* **Required work**:
Work out the number of lines in the listing that include the string "Boxes". Reply with that number alone.

BEGIN Given data

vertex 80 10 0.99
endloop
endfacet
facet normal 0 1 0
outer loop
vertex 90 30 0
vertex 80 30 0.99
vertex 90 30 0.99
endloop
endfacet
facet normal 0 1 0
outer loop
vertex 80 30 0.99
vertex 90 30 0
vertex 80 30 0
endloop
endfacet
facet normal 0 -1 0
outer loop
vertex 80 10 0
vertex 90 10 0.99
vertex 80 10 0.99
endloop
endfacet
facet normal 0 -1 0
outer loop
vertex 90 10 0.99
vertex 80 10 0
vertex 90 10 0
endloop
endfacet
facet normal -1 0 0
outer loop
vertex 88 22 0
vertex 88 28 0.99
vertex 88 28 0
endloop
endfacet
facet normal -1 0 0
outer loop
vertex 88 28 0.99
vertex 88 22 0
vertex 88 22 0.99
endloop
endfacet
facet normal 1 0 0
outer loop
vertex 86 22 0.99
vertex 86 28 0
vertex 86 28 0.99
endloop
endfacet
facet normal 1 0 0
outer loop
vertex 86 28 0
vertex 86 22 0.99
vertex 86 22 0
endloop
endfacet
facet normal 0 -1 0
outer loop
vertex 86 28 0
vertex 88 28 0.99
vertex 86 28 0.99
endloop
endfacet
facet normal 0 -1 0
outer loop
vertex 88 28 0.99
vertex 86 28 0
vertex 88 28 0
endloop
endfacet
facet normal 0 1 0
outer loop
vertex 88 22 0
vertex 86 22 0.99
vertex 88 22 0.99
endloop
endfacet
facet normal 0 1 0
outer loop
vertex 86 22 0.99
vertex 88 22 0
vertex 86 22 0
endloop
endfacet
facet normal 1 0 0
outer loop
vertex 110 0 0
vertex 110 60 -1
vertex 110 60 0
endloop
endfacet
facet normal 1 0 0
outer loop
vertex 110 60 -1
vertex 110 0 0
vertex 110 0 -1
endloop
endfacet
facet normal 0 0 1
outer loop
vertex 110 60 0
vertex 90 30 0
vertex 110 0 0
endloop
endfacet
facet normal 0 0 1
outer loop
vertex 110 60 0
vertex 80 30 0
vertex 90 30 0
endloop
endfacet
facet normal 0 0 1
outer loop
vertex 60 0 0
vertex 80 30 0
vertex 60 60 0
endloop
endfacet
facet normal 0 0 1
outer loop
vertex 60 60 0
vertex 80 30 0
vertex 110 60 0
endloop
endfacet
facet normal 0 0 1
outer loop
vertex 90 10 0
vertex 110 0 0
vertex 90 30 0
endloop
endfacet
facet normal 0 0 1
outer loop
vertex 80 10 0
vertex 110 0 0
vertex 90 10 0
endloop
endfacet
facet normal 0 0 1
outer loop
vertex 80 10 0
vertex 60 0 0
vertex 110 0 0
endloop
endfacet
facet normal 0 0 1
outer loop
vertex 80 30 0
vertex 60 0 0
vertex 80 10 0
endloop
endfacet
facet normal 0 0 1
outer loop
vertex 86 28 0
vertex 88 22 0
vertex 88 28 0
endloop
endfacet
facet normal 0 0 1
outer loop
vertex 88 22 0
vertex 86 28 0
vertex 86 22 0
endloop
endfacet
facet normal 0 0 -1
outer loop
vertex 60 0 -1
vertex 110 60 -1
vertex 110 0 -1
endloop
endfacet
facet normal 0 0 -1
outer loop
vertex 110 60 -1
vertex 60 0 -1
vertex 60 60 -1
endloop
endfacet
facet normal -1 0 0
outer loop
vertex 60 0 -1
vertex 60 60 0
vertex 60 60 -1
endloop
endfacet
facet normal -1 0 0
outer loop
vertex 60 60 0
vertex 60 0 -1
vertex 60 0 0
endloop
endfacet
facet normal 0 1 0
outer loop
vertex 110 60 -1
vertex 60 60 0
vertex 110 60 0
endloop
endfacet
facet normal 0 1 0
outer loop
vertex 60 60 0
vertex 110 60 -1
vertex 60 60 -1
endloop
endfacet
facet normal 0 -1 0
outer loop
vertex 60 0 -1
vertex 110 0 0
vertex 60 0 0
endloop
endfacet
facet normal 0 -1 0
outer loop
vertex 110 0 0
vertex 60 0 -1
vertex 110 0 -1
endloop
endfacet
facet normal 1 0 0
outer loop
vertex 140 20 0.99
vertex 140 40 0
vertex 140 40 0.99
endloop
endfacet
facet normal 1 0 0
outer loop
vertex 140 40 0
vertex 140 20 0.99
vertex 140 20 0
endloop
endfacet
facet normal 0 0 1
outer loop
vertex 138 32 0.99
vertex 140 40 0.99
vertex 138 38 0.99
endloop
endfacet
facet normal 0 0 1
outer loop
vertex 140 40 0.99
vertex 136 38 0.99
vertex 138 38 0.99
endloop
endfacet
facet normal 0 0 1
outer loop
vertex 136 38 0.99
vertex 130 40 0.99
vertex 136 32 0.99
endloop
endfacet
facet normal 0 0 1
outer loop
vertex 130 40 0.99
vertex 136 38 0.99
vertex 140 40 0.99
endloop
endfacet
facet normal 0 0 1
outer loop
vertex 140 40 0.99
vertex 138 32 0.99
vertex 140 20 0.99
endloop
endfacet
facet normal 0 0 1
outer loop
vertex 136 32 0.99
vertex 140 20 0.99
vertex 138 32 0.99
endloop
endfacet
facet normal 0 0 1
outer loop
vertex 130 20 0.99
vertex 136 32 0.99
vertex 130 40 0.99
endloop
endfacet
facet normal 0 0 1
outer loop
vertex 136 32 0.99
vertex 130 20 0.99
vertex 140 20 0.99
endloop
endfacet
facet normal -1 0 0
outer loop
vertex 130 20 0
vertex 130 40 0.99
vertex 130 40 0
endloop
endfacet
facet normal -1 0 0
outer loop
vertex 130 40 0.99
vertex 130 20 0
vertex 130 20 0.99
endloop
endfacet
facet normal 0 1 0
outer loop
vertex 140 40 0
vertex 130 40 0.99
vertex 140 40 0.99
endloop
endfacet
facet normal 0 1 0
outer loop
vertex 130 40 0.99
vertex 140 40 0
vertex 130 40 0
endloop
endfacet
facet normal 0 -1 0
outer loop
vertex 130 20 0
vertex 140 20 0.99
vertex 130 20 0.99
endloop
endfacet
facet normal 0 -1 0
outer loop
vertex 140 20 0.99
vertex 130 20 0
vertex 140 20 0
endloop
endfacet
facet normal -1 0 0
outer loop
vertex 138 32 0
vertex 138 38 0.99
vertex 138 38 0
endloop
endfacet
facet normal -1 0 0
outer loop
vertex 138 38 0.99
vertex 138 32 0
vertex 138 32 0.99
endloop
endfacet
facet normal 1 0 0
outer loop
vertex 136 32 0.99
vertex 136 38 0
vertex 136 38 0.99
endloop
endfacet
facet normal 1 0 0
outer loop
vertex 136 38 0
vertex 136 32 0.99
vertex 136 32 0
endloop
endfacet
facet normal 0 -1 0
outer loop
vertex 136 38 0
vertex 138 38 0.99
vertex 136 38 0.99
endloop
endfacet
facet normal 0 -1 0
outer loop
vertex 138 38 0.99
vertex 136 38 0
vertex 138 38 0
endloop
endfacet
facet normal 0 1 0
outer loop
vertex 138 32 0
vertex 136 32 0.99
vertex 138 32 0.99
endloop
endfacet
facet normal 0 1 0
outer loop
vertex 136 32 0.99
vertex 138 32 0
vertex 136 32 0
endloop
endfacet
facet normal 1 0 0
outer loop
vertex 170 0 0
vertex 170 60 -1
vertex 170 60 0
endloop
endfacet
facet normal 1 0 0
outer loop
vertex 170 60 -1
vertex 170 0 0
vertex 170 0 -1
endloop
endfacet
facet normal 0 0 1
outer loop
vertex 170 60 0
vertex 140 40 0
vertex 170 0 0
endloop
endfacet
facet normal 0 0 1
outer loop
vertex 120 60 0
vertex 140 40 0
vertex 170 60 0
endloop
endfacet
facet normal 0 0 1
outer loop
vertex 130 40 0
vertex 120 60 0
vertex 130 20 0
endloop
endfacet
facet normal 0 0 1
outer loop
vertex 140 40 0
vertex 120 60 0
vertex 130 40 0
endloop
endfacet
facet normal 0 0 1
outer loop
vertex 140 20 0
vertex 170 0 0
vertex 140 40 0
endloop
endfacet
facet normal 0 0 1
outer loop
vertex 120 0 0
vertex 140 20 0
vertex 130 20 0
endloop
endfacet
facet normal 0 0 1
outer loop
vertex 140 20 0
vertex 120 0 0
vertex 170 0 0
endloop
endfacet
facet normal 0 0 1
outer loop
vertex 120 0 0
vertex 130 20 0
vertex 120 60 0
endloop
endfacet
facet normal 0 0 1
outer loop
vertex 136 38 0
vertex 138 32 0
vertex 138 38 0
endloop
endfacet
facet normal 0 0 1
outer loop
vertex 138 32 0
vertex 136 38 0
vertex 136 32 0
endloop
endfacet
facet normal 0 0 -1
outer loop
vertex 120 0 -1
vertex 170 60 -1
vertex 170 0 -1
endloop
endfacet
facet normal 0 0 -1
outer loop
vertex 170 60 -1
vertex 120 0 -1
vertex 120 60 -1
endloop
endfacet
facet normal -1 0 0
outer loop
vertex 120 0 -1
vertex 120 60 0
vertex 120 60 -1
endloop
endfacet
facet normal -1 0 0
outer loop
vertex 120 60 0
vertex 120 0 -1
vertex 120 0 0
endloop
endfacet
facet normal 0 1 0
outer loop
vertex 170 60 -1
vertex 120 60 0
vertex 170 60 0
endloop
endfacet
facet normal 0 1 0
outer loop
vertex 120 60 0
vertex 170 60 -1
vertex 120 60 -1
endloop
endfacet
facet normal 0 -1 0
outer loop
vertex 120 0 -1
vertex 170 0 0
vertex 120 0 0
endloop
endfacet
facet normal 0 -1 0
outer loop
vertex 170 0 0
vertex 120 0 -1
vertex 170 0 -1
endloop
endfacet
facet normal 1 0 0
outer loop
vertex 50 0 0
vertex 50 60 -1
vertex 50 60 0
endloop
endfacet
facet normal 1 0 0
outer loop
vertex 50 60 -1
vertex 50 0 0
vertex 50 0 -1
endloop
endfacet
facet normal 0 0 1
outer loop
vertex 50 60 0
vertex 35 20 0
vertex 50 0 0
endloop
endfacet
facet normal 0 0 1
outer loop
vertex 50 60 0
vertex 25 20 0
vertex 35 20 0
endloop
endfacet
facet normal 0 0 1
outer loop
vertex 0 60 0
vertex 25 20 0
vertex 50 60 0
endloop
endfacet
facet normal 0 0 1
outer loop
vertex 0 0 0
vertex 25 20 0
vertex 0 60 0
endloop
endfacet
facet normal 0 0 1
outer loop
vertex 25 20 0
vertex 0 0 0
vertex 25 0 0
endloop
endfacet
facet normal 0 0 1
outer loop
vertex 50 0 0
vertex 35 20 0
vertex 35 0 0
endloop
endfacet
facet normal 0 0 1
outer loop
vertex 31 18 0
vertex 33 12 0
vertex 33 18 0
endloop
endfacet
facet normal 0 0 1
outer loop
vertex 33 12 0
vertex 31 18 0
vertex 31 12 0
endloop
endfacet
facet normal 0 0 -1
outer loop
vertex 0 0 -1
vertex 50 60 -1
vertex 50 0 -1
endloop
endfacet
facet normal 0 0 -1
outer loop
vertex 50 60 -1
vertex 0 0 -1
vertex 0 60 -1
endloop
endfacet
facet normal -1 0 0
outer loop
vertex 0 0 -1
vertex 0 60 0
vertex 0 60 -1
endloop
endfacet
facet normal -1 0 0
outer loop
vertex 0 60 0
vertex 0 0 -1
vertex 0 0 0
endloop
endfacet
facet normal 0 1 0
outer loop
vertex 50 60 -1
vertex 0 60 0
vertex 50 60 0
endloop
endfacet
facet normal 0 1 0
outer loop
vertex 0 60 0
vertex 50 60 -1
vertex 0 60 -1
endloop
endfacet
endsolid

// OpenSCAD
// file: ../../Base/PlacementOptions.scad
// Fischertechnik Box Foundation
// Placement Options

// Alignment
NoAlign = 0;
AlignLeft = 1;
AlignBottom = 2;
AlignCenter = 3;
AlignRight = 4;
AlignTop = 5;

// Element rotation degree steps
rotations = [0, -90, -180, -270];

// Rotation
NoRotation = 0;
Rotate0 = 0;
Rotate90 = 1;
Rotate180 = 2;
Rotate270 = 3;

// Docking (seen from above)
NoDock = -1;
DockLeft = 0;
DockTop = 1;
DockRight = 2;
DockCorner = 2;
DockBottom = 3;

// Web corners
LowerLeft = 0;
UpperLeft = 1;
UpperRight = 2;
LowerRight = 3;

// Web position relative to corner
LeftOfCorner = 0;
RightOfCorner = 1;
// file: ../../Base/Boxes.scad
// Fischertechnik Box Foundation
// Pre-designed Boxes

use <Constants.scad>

END Given data

* **Completed exercise**:
2